#### Exercise prompt
Everything in the data below is left aside except the lines from the one containing "Line((-88.9, 63.9), (-88.9, -63.9))" through the one containing "Rebuilt in FreeCAD, every"; repeat those exactly.

#### Material supplied
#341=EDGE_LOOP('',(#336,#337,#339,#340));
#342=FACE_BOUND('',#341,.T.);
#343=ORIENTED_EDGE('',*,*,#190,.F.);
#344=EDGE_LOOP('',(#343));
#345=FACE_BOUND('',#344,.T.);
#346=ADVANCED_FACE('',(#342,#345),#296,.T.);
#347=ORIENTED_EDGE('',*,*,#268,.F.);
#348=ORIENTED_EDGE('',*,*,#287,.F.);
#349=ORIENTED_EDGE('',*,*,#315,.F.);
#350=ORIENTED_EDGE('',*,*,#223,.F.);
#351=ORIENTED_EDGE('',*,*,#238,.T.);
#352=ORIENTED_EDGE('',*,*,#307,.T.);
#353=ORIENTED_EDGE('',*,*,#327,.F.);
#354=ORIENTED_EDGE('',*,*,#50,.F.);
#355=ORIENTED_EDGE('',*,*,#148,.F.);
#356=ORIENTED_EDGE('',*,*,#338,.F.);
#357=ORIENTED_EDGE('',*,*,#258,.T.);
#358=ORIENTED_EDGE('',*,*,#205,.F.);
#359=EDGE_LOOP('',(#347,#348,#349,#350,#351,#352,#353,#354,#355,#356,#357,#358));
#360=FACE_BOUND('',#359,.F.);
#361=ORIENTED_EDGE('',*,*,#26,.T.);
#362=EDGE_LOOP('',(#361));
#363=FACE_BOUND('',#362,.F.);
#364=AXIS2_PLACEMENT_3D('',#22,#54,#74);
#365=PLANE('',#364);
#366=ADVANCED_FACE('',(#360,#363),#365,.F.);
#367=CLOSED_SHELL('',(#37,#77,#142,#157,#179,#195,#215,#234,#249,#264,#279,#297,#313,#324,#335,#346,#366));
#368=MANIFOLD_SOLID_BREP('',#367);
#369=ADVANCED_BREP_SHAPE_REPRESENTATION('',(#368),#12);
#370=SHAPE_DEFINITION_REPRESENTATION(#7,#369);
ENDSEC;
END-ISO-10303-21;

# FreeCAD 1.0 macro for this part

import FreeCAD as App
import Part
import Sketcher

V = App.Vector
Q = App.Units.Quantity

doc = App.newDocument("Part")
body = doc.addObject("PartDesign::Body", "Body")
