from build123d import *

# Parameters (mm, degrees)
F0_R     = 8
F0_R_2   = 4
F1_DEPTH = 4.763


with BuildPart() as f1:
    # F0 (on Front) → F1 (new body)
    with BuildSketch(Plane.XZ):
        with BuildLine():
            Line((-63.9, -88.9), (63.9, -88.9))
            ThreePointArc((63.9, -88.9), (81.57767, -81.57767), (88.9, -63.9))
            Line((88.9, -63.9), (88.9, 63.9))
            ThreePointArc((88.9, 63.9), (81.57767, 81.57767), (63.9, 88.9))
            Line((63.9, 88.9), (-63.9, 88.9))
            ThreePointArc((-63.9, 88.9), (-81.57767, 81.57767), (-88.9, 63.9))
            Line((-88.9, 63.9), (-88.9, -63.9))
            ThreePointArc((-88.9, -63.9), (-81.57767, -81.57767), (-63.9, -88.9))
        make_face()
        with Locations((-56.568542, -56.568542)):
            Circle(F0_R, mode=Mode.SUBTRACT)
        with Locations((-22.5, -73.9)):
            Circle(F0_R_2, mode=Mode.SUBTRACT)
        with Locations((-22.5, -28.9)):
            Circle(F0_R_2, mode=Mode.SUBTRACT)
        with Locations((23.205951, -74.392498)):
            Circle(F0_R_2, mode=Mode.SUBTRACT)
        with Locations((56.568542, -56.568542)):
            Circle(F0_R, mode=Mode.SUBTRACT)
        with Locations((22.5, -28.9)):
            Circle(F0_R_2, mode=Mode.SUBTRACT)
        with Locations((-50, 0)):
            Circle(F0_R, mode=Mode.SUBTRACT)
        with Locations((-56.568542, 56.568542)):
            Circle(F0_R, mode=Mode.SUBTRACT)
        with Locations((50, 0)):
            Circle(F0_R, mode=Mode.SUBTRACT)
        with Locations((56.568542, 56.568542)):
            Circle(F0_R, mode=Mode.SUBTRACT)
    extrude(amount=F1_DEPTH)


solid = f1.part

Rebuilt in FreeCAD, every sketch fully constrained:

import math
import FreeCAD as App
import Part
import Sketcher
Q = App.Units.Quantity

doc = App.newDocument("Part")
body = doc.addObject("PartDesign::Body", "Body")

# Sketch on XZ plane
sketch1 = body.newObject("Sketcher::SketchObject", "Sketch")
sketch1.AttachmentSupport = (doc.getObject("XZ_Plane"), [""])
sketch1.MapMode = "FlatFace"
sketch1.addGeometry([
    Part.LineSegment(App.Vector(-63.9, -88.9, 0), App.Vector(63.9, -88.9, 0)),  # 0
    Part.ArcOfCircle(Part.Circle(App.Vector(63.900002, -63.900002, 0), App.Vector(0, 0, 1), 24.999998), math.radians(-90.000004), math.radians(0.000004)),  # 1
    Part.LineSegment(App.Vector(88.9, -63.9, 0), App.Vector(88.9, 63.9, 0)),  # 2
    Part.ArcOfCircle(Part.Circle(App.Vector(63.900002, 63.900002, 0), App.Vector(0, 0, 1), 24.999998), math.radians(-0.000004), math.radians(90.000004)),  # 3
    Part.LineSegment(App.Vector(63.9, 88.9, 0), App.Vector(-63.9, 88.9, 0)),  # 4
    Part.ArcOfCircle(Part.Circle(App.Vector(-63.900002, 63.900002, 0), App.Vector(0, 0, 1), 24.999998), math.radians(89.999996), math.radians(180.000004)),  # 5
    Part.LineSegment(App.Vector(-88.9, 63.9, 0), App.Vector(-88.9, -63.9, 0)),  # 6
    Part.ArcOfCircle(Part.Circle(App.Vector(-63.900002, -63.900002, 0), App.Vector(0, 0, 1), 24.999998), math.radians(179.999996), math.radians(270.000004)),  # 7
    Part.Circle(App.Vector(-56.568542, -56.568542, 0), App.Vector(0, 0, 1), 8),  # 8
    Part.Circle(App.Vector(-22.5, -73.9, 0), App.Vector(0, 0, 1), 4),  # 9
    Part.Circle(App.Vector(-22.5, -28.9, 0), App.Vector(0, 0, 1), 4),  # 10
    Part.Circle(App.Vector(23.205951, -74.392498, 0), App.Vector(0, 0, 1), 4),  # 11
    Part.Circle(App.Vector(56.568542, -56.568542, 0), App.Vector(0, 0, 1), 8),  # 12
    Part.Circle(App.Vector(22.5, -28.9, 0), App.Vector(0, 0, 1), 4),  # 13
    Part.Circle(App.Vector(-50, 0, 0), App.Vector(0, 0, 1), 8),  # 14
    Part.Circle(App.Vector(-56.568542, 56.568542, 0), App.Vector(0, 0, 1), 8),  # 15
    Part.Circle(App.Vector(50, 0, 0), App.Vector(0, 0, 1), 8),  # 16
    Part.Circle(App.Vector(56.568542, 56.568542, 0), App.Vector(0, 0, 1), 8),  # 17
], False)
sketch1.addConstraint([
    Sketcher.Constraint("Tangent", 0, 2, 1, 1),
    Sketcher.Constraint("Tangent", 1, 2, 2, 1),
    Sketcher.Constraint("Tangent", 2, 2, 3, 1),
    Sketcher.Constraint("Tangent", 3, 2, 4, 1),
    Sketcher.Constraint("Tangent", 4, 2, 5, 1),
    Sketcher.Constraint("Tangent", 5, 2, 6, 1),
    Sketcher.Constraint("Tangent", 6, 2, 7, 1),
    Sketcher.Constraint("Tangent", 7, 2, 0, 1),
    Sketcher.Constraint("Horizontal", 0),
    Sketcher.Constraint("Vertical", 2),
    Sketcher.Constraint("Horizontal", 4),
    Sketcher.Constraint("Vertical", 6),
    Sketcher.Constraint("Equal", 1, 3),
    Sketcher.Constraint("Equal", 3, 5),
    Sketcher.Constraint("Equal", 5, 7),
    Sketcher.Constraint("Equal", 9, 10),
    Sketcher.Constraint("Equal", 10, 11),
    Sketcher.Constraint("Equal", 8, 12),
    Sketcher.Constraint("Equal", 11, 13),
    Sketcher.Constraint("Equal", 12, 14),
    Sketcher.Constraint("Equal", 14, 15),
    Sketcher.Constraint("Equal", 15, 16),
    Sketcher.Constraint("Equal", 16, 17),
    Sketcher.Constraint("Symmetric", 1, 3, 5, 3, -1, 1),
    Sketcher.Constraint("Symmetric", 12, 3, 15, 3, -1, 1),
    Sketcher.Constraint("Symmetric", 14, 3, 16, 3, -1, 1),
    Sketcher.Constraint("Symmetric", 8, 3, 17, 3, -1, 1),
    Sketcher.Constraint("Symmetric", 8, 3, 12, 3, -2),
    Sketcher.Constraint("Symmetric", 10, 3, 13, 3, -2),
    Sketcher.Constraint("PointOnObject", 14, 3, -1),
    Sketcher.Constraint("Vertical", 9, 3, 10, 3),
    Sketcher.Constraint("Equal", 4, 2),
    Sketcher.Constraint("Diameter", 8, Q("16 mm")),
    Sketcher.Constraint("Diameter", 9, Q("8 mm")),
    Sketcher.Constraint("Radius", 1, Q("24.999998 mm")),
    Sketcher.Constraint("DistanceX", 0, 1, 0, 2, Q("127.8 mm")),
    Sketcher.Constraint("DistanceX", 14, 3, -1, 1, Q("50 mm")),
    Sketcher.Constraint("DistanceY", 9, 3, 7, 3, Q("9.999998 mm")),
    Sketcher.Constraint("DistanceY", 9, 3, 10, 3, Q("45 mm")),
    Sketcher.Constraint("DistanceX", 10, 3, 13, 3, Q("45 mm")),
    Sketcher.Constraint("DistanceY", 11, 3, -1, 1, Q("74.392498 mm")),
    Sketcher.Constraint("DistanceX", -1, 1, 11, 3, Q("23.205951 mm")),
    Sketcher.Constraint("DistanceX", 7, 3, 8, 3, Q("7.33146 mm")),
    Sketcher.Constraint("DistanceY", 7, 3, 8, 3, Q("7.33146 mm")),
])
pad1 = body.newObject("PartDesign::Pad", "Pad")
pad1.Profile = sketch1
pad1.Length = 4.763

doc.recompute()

#### Result
            Line((-88.9, 63.9), (-88.9, -63.9))
            ThreePointArc((-88.9, -63.9), (-81.57767, -81.57767), (-63.9, -88.9))
        make_face()
        with Locations((-56.568542, -56.568542)):
            Circle(F0_R, mode=Mode.SUBTRACT)
        with Locations((-22.5, -73.9)):
            Circle(F0_R_2, mode=Mode.SUBTRACT)
        with Locations((-22.5, -28.9)):
            Circle(F0_R_2, mode=Mode.SUBTRACT)
        with Locations((23.205951, -74.392498)):
            Circle(F0_R_2, mode=Mode.SUBTRACT)
        with Locations((56.568542, -56.568542)):
            Circle(F0_R, mode=Mode.SUBTRACT)
        with Locations((22.5, -28.9)):
            Circle(F0_R_2, mode=Mode.SUBTRACT)
        with Locations((-50, 0)):
            Circle(F0_R, mode=Mode.SUBTRACT)
        with Locations((-56.568542, 56.568542)):
            Circle(F0_R, mode=Mode.SUBTRACT)
        with Locations((50, 0)):
            Circle(F0_R, mode=Mode.SUBTRACT)
        with Locations((56.568542, 56.568542)):
            Circle(F0_R, mode=Mode.SUBTRACT)
    extrude(amount=F1_DEPTH)


solid = f1.part

Rebuilt in FreeCAD, every sketch fully constrained:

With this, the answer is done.